The Match: If you'd like to see the best technical wizardry in the world, I don't think you'd need to look much farther. The sheer number of combinations, reversals, strings and series these two could produce simply boggles the mind. I'd likely dry my mouth out, sitting with it open for so long. Given a week's rest and time to build this match, these two would be well conditioned, prepared and healthy, and the match would most certainly reach five stars. The rolling Germans would hit, as would Storm's superkick and the diving headbutt. We'd get suplexes upon suplexes, reversed out of suplexes. We'd see what psychology is all about. We'd see history, and I can't begin to imagine what sort of combo they'd find to finish this thing off. It would, naturally, have to include a reversal of both men's finishers, but I wouldn't want to see either end in submission right away. Both would fight their way out of their opponent's finisher in a unique way.
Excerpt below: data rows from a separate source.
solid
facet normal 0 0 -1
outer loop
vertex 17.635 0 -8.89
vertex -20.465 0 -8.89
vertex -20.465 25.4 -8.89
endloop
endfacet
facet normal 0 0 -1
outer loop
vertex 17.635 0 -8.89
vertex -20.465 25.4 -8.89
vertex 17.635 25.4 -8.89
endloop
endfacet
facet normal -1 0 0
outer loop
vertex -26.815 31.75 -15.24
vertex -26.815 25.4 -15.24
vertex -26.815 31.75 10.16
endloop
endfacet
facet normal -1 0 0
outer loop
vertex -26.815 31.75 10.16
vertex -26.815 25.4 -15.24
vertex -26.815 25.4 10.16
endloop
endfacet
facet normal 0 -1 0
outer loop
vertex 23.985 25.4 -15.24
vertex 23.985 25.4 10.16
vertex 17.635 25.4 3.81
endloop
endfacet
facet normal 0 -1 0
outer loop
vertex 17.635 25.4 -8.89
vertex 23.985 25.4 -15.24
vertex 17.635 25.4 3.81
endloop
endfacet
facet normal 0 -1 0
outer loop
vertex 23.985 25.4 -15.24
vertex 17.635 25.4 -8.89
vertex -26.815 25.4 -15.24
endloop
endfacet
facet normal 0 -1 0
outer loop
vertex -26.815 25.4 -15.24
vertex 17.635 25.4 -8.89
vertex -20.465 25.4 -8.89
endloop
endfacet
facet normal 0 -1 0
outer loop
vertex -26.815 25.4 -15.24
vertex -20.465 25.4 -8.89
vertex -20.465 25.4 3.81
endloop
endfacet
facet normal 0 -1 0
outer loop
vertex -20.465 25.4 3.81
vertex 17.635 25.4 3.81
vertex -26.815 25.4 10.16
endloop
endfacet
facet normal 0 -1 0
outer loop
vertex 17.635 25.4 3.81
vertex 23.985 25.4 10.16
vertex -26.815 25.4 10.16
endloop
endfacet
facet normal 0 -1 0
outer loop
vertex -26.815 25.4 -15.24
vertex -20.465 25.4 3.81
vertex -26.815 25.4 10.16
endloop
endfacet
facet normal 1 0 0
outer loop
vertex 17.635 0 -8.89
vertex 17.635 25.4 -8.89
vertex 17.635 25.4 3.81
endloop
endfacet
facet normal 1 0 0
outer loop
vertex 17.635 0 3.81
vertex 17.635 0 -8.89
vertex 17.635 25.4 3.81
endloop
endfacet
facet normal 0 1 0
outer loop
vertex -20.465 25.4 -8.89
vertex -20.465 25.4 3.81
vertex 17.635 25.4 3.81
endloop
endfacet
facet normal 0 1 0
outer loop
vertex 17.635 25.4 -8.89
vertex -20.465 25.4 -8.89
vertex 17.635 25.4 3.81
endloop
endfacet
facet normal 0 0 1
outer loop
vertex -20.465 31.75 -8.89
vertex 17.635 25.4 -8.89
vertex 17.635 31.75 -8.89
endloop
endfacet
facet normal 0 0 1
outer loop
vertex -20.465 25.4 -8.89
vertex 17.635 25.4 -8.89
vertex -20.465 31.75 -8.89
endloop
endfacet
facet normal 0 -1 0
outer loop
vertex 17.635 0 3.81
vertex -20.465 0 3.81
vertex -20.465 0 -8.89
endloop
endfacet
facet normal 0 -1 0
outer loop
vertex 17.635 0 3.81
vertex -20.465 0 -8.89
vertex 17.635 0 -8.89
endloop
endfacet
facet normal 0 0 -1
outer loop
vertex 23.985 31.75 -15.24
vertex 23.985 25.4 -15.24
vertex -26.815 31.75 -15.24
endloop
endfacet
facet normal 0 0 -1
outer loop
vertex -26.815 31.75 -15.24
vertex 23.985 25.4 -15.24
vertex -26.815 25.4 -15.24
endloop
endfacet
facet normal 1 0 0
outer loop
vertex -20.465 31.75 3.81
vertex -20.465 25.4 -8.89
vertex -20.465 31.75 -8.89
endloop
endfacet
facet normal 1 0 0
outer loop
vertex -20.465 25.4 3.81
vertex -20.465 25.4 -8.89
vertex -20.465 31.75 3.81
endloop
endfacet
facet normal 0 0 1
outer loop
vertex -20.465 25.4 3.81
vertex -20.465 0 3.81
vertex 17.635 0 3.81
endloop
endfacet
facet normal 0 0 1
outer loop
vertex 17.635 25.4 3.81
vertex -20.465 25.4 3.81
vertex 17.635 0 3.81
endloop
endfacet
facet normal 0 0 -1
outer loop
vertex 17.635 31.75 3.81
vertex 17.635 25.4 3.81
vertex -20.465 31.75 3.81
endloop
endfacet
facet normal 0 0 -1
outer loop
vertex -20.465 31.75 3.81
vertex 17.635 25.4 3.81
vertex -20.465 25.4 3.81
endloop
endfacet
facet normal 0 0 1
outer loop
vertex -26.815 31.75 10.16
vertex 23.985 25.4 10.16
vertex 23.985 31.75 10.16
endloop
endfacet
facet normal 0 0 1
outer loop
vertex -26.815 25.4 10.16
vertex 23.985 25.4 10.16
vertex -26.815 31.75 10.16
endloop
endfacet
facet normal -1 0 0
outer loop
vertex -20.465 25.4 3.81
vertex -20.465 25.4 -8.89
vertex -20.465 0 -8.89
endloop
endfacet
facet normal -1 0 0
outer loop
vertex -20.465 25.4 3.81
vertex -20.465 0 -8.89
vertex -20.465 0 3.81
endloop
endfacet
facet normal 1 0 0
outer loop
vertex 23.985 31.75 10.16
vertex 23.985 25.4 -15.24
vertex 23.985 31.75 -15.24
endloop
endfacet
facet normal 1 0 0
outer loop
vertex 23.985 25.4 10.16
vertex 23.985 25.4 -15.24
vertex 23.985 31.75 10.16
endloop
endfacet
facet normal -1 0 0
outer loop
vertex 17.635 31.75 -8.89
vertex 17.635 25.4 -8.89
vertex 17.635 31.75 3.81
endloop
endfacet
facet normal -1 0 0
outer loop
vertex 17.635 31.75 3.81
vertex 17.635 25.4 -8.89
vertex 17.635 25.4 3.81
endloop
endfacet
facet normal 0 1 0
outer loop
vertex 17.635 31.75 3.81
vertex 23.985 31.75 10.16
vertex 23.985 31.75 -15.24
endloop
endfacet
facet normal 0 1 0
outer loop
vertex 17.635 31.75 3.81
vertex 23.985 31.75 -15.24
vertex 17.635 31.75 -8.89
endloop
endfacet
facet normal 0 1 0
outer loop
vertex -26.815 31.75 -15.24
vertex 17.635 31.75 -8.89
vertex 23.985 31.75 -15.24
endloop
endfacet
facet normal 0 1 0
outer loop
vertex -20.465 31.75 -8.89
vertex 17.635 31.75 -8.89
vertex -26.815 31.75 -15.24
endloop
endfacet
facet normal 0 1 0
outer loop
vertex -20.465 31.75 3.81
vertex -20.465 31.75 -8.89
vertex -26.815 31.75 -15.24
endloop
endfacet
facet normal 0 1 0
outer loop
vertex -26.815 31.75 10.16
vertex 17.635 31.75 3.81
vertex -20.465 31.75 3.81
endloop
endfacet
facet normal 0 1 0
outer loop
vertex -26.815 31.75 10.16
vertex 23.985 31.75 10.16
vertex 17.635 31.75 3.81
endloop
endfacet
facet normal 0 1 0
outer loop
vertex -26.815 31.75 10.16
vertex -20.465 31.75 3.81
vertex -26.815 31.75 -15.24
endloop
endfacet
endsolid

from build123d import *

# Parameters (mm, degrees)
F0_W     = 38.1
F0_H     = 12.7
F1_DEPTH = 25.4
F2_W     = 50.8
F2_H     = 25.4
F2_W_2   = 38.1
F2_H_2   = 12.7
F3_DEPTH = 6.35


with BuildPart() as f1:
    # F0 (on Front) → F1 (new body)
    with BuildSketch(Plane.XZ):
        with Locations((-1.414714, -2.539574)):
            Rectangle(F0_W, F0_H)
    extrude(amount=-F1_DEPTH)


with BuildPart() as f3:
    # F2 (on face) → F3 (new body)
    with BuildSketch(Plane(origin=(0, 25.4, 0), x_dir=(-1, 0, 0), z_dir=(0, 1, 0))):
        with Locations((1.414714, -2.539574)):
            Rectangle(F2_W, F2_H)
        with Locations((1.414714, -2.539574)):
            Rectangle(F2_W_2, F2_H_2, mode=Mode.SUBTRACT)
    extrude(amount=F3_DEPTH)


solid = Compound([f1.part, f3.part])
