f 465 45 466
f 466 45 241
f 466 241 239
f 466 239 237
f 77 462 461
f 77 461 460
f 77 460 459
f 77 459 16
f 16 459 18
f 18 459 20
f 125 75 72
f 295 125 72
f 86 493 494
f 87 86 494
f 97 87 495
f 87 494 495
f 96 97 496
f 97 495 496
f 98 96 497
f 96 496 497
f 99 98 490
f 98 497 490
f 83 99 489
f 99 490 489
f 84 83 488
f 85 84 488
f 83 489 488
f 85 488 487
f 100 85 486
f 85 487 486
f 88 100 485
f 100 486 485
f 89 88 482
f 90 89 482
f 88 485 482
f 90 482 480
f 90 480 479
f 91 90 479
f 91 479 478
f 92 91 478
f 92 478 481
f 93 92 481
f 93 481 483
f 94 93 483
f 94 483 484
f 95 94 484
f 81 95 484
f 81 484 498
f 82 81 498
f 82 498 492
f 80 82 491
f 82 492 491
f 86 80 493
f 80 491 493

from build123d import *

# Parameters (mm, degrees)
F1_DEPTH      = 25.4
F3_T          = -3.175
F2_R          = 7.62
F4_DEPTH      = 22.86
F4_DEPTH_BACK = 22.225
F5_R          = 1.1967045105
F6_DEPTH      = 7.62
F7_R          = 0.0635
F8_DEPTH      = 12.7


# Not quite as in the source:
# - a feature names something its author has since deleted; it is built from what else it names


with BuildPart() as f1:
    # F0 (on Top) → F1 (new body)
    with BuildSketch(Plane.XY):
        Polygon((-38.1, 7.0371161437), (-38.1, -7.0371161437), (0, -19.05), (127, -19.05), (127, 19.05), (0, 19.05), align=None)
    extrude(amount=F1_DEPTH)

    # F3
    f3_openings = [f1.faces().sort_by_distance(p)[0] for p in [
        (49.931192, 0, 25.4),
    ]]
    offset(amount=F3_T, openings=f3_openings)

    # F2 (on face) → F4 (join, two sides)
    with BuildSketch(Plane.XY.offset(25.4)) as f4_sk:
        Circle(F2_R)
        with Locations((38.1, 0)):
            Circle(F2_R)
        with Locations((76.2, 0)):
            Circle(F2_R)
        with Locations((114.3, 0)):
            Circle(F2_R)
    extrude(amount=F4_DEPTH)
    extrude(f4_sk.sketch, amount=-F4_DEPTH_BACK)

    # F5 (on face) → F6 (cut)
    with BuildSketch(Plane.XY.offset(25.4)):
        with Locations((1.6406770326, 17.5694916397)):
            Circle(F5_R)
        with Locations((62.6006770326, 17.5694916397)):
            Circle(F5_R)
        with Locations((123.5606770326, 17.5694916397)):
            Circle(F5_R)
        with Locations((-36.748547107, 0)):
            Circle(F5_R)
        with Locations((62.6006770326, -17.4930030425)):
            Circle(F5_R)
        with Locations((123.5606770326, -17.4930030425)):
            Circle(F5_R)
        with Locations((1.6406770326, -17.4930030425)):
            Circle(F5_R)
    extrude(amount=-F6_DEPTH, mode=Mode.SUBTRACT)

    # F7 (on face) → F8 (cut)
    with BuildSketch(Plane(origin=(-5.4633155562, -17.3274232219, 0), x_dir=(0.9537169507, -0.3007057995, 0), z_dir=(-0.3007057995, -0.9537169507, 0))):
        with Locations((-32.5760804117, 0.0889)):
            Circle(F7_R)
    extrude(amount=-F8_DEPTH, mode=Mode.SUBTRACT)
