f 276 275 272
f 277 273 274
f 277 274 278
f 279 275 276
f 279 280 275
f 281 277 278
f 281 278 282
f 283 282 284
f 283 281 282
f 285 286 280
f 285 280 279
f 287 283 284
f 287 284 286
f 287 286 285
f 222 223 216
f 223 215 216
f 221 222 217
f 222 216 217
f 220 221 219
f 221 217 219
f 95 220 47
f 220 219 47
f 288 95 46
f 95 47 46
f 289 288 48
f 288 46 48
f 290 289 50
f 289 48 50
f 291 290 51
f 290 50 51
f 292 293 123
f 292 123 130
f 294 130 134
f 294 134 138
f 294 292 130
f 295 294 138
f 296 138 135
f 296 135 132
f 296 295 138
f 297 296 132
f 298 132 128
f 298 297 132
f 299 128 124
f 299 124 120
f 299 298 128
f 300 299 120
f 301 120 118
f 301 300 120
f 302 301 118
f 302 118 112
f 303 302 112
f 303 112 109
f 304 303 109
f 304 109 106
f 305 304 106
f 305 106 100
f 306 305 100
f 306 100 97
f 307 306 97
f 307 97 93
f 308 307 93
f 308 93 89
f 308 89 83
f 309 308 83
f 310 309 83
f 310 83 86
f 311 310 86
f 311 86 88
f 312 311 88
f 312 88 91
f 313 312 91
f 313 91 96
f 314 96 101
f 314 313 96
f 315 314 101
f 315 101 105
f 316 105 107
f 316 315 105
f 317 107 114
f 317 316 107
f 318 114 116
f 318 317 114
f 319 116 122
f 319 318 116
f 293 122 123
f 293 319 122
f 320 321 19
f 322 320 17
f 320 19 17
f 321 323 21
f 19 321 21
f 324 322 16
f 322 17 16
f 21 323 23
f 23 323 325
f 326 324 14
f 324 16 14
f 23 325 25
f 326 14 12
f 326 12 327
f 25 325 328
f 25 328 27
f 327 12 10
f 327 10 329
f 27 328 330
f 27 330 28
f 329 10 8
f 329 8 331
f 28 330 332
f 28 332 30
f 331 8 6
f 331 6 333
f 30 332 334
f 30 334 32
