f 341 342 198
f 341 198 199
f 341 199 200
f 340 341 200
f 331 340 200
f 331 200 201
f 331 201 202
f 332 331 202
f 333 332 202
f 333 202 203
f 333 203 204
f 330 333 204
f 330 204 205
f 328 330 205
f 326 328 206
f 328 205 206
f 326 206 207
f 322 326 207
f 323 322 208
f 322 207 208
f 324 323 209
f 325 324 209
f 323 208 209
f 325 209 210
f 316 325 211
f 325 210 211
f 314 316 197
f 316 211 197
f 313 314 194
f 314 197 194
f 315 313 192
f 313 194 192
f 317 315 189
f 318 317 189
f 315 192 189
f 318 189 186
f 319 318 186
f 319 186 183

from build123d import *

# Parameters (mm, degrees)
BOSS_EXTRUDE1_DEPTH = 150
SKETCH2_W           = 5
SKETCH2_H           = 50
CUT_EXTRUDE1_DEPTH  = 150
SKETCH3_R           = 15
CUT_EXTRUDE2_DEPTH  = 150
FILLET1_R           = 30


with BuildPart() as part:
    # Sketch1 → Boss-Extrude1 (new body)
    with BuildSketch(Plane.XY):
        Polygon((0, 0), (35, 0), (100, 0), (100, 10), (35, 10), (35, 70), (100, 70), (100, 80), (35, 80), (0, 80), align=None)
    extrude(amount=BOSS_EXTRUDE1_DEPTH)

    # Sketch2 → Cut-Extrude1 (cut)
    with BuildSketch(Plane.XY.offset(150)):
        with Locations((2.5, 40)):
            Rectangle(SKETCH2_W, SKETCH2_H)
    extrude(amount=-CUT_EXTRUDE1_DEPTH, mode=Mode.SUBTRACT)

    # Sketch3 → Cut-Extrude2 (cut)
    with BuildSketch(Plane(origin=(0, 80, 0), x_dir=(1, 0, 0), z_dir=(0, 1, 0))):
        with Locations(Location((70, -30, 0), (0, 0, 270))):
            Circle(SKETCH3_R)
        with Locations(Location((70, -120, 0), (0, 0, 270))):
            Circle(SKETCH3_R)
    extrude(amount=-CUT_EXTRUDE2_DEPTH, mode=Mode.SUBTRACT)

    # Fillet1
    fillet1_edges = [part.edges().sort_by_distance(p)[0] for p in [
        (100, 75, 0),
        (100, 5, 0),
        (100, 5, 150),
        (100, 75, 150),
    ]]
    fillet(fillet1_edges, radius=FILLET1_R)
Benoit might whup out the top-rope tombstone or powerbomb, and Storm would most definately hit that nasty springboard missle dropkick. This would be power wrestling, style, technique and execution to the Nth degree... and this would see Chris Benoit staggering out of the dust with his hand raised in victory.

So there you have it, my dream lineup. Sure, there are several faces missing from this picture; no card would be complete without Booker T, Dean Malenko, Perry Saturn, Raven or multiple others, but I wasn't out to write a book here. I wanted to prove a point. Predictable or no, this booking, this lineup and these outcomes are what would make a PPV absolutely unmissable (is that even a word? yikes.) Do your opinions differ from mine? I'd bet anything on it... and that's what makes this concept so very cool to me. No matter who you talk to, who you choose as your target audience, you're always gonna end up with another lineup of five.